BEGIN GIVEN DATA
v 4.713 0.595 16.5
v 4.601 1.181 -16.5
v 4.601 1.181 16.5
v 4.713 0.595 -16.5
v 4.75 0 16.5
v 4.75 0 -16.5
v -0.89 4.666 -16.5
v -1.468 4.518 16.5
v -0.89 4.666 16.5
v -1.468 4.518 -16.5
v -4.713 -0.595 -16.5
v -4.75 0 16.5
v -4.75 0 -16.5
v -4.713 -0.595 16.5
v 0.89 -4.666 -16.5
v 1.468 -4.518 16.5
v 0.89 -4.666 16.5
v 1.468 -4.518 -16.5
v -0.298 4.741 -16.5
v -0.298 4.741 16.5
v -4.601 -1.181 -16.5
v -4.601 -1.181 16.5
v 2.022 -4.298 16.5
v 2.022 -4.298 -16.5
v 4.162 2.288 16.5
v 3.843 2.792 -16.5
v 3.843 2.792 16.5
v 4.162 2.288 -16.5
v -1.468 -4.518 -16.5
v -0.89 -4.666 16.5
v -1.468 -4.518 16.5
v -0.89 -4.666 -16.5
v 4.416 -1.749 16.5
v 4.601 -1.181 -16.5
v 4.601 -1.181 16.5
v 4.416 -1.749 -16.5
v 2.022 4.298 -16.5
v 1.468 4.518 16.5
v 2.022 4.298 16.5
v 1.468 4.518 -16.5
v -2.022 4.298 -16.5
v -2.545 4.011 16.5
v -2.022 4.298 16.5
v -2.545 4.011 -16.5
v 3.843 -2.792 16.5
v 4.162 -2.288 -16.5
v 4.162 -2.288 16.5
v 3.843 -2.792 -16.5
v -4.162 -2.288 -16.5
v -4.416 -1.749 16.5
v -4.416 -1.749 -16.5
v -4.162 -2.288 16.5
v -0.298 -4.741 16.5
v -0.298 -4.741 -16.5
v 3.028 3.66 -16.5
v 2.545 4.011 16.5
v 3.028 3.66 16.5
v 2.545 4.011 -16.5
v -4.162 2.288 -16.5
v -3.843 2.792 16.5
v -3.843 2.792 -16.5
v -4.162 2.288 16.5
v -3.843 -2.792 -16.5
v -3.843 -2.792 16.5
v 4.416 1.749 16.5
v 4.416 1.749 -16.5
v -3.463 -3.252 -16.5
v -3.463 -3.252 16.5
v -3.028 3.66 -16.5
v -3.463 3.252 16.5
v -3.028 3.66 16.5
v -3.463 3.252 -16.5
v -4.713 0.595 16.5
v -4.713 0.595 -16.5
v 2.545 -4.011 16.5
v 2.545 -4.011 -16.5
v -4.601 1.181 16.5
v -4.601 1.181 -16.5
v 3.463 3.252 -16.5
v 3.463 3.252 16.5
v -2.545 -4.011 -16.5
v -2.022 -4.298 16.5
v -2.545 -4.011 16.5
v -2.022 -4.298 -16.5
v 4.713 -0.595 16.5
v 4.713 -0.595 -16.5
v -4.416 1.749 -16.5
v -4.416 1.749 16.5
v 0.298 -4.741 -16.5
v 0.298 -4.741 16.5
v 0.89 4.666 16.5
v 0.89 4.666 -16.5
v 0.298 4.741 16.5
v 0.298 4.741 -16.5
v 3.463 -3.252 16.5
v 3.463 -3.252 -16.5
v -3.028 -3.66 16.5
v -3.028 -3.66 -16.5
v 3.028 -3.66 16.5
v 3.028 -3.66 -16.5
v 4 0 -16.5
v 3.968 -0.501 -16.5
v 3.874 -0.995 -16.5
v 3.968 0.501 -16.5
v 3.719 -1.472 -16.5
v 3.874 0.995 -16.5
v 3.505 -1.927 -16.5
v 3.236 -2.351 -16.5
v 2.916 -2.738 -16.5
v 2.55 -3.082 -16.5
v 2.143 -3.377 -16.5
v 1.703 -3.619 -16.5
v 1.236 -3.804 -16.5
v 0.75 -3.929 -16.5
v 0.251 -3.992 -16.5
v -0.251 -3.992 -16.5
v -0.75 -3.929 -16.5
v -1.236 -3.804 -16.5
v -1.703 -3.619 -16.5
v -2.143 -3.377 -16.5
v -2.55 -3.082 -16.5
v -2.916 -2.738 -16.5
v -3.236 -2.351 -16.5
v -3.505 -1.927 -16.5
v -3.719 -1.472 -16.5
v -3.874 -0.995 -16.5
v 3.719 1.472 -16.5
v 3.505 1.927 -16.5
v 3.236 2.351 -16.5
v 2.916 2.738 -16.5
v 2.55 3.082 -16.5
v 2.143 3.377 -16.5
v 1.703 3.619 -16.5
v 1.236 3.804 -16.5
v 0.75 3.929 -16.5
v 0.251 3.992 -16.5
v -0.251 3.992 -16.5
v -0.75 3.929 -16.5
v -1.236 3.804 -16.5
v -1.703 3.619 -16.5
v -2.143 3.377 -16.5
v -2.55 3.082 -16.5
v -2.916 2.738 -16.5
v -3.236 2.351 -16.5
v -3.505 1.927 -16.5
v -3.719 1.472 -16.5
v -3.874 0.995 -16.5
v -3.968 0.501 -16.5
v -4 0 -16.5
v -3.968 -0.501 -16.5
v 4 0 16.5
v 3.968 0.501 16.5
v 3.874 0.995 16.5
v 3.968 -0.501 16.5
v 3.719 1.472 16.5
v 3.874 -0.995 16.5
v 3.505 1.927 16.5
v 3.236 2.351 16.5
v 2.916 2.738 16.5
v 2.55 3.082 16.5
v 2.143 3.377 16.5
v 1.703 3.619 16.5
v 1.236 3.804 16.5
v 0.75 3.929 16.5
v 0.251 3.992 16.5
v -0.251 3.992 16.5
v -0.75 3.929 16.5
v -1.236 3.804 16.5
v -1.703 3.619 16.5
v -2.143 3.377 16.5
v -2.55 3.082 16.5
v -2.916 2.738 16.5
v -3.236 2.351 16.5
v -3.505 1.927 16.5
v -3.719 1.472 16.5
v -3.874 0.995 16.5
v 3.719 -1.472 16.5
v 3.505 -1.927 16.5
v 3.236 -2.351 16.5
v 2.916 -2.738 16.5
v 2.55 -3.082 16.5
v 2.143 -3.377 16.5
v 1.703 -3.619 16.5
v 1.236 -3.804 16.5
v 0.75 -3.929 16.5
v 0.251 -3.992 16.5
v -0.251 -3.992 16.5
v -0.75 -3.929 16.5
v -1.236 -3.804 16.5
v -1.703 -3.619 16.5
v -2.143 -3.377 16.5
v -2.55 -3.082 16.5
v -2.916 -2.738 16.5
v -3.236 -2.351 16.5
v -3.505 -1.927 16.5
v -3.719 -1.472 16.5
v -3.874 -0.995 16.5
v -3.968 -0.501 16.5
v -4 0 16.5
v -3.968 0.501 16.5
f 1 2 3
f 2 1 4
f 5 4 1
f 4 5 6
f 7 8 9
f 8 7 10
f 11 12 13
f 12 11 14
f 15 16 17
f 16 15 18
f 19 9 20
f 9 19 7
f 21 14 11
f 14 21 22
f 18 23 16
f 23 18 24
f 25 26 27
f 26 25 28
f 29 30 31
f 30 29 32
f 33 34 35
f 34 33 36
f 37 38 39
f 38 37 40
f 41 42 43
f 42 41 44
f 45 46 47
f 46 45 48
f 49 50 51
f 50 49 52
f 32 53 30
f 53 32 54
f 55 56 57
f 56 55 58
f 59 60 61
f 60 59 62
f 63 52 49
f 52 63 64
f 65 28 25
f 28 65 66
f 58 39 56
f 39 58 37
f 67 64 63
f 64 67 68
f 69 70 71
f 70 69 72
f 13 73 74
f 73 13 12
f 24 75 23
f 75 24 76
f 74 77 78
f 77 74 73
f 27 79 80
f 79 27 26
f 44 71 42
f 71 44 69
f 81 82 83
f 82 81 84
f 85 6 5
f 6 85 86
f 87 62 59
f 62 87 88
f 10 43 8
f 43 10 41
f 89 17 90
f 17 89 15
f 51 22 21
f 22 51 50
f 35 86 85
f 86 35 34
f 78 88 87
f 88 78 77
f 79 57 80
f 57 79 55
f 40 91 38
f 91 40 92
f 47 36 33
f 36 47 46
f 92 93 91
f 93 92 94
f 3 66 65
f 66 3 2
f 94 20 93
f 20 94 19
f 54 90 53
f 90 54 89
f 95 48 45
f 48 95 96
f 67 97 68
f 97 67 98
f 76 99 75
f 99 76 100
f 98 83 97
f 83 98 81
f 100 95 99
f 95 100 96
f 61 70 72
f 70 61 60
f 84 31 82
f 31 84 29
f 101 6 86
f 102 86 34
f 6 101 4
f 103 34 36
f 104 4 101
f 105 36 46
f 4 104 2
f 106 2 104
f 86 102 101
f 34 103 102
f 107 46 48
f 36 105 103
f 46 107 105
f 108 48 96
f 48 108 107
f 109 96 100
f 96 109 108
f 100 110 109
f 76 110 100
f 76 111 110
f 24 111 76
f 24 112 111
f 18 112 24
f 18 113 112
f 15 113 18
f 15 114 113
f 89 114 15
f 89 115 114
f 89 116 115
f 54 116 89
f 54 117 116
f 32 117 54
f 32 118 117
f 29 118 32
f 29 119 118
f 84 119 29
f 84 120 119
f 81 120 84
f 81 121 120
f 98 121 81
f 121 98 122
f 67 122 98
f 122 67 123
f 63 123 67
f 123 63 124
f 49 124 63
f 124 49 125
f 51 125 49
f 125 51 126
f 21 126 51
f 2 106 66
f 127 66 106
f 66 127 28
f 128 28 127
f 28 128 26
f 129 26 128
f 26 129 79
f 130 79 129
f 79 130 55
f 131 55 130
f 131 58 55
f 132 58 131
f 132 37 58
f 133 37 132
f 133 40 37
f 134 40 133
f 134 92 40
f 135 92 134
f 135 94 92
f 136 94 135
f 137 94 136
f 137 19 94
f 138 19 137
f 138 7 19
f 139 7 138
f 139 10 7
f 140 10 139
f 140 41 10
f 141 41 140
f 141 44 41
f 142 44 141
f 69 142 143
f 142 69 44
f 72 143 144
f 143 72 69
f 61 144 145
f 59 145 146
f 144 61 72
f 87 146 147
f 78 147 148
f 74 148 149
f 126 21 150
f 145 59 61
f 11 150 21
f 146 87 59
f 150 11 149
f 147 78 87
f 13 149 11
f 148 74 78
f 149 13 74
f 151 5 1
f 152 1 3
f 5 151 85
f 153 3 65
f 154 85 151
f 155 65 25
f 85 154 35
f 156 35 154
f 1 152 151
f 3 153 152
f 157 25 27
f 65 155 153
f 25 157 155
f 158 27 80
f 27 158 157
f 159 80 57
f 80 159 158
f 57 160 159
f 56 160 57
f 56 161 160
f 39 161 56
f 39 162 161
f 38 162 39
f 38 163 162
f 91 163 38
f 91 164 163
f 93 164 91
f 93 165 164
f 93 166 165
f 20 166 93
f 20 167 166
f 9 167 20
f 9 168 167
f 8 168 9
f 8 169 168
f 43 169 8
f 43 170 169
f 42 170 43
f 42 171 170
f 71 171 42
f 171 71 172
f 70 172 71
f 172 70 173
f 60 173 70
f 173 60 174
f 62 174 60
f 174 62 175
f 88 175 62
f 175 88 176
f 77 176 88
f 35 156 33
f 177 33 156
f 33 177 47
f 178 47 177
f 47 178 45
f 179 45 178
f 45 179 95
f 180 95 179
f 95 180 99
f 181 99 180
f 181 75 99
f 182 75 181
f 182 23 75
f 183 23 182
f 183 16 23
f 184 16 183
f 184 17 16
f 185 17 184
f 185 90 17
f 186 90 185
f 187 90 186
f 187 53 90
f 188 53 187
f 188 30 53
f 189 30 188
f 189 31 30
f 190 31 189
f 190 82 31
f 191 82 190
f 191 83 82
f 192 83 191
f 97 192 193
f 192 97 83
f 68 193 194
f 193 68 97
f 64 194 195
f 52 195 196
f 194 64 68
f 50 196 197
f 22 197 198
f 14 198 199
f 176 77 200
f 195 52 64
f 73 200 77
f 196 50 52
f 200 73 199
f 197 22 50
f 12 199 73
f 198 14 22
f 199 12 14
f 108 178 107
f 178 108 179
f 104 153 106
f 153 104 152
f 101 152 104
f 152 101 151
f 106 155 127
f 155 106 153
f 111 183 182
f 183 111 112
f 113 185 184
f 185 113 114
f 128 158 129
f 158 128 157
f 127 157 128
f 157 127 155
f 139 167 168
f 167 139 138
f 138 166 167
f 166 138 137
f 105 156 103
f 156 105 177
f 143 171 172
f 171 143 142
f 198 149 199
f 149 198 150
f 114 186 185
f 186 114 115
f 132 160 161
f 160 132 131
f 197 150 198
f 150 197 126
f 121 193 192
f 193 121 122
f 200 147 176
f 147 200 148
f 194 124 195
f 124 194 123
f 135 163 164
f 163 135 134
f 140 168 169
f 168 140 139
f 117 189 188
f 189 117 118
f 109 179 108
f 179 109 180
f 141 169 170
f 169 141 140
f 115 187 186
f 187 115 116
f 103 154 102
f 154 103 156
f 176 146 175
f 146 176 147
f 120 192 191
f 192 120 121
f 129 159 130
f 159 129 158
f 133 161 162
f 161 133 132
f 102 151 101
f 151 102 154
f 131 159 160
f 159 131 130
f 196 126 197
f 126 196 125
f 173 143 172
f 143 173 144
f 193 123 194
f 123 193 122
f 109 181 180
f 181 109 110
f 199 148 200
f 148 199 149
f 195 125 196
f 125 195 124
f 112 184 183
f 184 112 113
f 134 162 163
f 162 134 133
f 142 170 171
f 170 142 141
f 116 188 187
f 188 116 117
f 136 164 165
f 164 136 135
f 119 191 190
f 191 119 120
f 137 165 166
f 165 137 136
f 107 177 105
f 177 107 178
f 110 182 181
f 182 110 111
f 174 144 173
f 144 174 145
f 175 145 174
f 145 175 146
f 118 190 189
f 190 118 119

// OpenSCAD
$fn = 50;


difference() {
	union() {
		translate(v = [0, 0, -16.5000000000]) {
			cylinder(h = 33, r = 4.7500000000);
		}
	}
	union() {
		translate(v = [0, 0, -100.0000000000]) {
			cylinder(h = 200, r = 4.0000000000);
		}
	}
}
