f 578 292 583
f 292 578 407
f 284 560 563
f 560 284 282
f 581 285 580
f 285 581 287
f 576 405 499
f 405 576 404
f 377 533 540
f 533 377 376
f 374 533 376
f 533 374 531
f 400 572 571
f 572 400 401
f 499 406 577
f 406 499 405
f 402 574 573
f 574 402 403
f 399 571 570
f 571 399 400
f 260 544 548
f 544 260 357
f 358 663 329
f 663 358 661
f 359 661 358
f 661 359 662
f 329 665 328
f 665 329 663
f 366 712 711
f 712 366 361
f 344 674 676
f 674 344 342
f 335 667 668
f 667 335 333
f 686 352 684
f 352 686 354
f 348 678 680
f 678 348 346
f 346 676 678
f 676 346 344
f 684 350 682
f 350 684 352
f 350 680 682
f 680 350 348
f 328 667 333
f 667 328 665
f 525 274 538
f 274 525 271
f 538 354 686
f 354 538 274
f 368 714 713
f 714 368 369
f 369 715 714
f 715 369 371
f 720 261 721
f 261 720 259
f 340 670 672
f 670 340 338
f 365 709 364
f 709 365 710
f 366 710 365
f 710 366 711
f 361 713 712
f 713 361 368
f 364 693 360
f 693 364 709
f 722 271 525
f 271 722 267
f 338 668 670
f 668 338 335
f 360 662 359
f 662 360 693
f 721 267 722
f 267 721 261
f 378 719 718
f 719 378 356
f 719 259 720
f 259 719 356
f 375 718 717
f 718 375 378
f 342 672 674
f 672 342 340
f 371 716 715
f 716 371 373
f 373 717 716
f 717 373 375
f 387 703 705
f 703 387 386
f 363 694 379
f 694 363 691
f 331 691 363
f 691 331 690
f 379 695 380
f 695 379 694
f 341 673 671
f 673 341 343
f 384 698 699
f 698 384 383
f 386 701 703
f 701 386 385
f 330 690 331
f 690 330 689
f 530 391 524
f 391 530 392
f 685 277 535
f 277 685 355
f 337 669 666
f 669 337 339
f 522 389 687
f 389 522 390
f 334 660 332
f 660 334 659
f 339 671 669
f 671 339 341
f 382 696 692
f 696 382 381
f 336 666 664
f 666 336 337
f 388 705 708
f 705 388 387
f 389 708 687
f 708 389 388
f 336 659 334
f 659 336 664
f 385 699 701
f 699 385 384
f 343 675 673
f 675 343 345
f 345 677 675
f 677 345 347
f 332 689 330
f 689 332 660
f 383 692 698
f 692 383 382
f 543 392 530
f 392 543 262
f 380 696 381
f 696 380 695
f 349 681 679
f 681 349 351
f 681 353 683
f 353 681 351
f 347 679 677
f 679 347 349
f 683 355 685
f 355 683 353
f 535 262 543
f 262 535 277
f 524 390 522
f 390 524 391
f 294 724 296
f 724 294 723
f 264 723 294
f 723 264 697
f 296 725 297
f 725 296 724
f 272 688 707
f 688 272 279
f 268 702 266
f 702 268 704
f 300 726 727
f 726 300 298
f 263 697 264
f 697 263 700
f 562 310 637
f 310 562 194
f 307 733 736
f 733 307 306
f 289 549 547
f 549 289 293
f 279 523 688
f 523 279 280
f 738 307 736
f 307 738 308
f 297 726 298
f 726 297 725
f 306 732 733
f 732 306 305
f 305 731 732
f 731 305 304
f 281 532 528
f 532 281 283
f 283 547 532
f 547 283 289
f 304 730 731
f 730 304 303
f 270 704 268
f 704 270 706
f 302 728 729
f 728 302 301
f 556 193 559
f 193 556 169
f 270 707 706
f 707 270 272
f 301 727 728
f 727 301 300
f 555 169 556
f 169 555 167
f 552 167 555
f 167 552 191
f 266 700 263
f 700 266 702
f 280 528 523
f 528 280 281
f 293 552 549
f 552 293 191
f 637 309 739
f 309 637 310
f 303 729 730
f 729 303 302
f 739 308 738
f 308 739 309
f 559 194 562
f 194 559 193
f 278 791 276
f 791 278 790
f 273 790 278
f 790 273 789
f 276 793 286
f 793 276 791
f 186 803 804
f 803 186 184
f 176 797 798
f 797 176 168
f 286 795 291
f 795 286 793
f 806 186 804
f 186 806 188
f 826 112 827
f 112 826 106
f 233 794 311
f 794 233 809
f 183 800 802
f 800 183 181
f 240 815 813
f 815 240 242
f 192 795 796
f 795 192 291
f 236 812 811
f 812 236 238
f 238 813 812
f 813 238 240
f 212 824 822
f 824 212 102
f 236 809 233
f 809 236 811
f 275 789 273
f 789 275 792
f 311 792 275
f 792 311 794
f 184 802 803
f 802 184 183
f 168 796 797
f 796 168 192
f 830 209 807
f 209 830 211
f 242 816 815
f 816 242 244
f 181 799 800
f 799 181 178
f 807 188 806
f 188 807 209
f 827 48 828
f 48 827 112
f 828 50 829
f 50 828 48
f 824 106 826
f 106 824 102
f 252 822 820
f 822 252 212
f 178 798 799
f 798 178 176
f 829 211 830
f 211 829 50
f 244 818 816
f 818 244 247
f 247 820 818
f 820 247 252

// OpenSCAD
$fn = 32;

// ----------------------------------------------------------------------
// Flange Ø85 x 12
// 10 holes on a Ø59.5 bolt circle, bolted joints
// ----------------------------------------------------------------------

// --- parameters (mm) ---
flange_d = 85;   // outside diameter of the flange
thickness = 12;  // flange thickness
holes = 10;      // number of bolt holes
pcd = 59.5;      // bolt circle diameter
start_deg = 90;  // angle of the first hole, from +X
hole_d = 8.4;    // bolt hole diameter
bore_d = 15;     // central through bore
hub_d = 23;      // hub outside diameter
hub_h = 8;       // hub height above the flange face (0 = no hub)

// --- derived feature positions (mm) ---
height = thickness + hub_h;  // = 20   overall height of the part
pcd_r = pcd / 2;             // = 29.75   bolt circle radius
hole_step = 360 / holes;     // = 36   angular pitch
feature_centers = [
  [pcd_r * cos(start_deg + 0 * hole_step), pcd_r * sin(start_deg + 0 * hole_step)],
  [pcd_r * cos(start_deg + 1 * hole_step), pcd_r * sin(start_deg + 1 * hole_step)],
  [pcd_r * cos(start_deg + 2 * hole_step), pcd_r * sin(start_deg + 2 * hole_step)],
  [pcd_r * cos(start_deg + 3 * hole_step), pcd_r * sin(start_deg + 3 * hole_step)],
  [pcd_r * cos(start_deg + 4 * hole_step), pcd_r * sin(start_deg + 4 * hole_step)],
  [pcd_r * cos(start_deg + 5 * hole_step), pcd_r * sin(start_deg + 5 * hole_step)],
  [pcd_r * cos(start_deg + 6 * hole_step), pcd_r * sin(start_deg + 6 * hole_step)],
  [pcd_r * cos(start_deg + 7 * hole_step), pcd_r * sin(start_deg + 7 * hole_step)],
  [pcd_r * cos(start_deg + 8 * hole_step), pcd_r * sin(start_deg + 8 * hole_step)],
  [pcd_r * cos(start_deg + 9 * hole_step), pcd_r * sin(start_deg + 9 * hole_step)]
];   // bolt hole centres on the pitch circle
END GIVEN DATA
▸ ASSIGNMENT
Where the listing above has a line with "v -3.874 0.995 -16.5", start there, and output every line exactly through the line with "v 1.703 -3.619 16.5", which is also included.

▸ EXERCISE OUTPUT
v -3.874 0.995 -16.5
v -3.968 0.501 -16.5
v -4 0 -16.5
v -3.968 -0.501 -16.5
v 4 0 16.5
v 3.968 0.501 16.5
v 3.874 0.995 16.5
v 3.968 -0.501 16.5
v 3.719 1.472 16.5
v 3.874 -0.995 16.5
v 3.505 1.927 16.5
v 3.236 2.351 16.5
v 2.916 2.738 16.5
v 2.55 3.082 16.5
v 2.143 3.377 16.5
v 1.703 3.619 16.5
v 1.236 3.804 16.5
v 0.75 3.929 16.5
v 0.251 3.992 16.5
v -0.251 3.992 16.5
v -0.75 3.929 16.5
v -1.236 3.804 16.5
v -1.703 3.619 16.5
v -2.143 3.377 16.5
v -2.55 3.082 16.5
v -2.916 2.738 16.5
v -3.236 2.351 16.5
v -3.505 1.927 16.5
v -3.719 1.472 16.5
v -3.874 0.995 16.5
v 3.719 -1.472 16.5
v 3.505 -1.927 16.5
v 3.236 -2.351 16.5
v 2.916 -2.738 16.5
v 2.55 -3.082 16.5
v 2.143 -3.377 16.5
v 1.703 -3.619 16.5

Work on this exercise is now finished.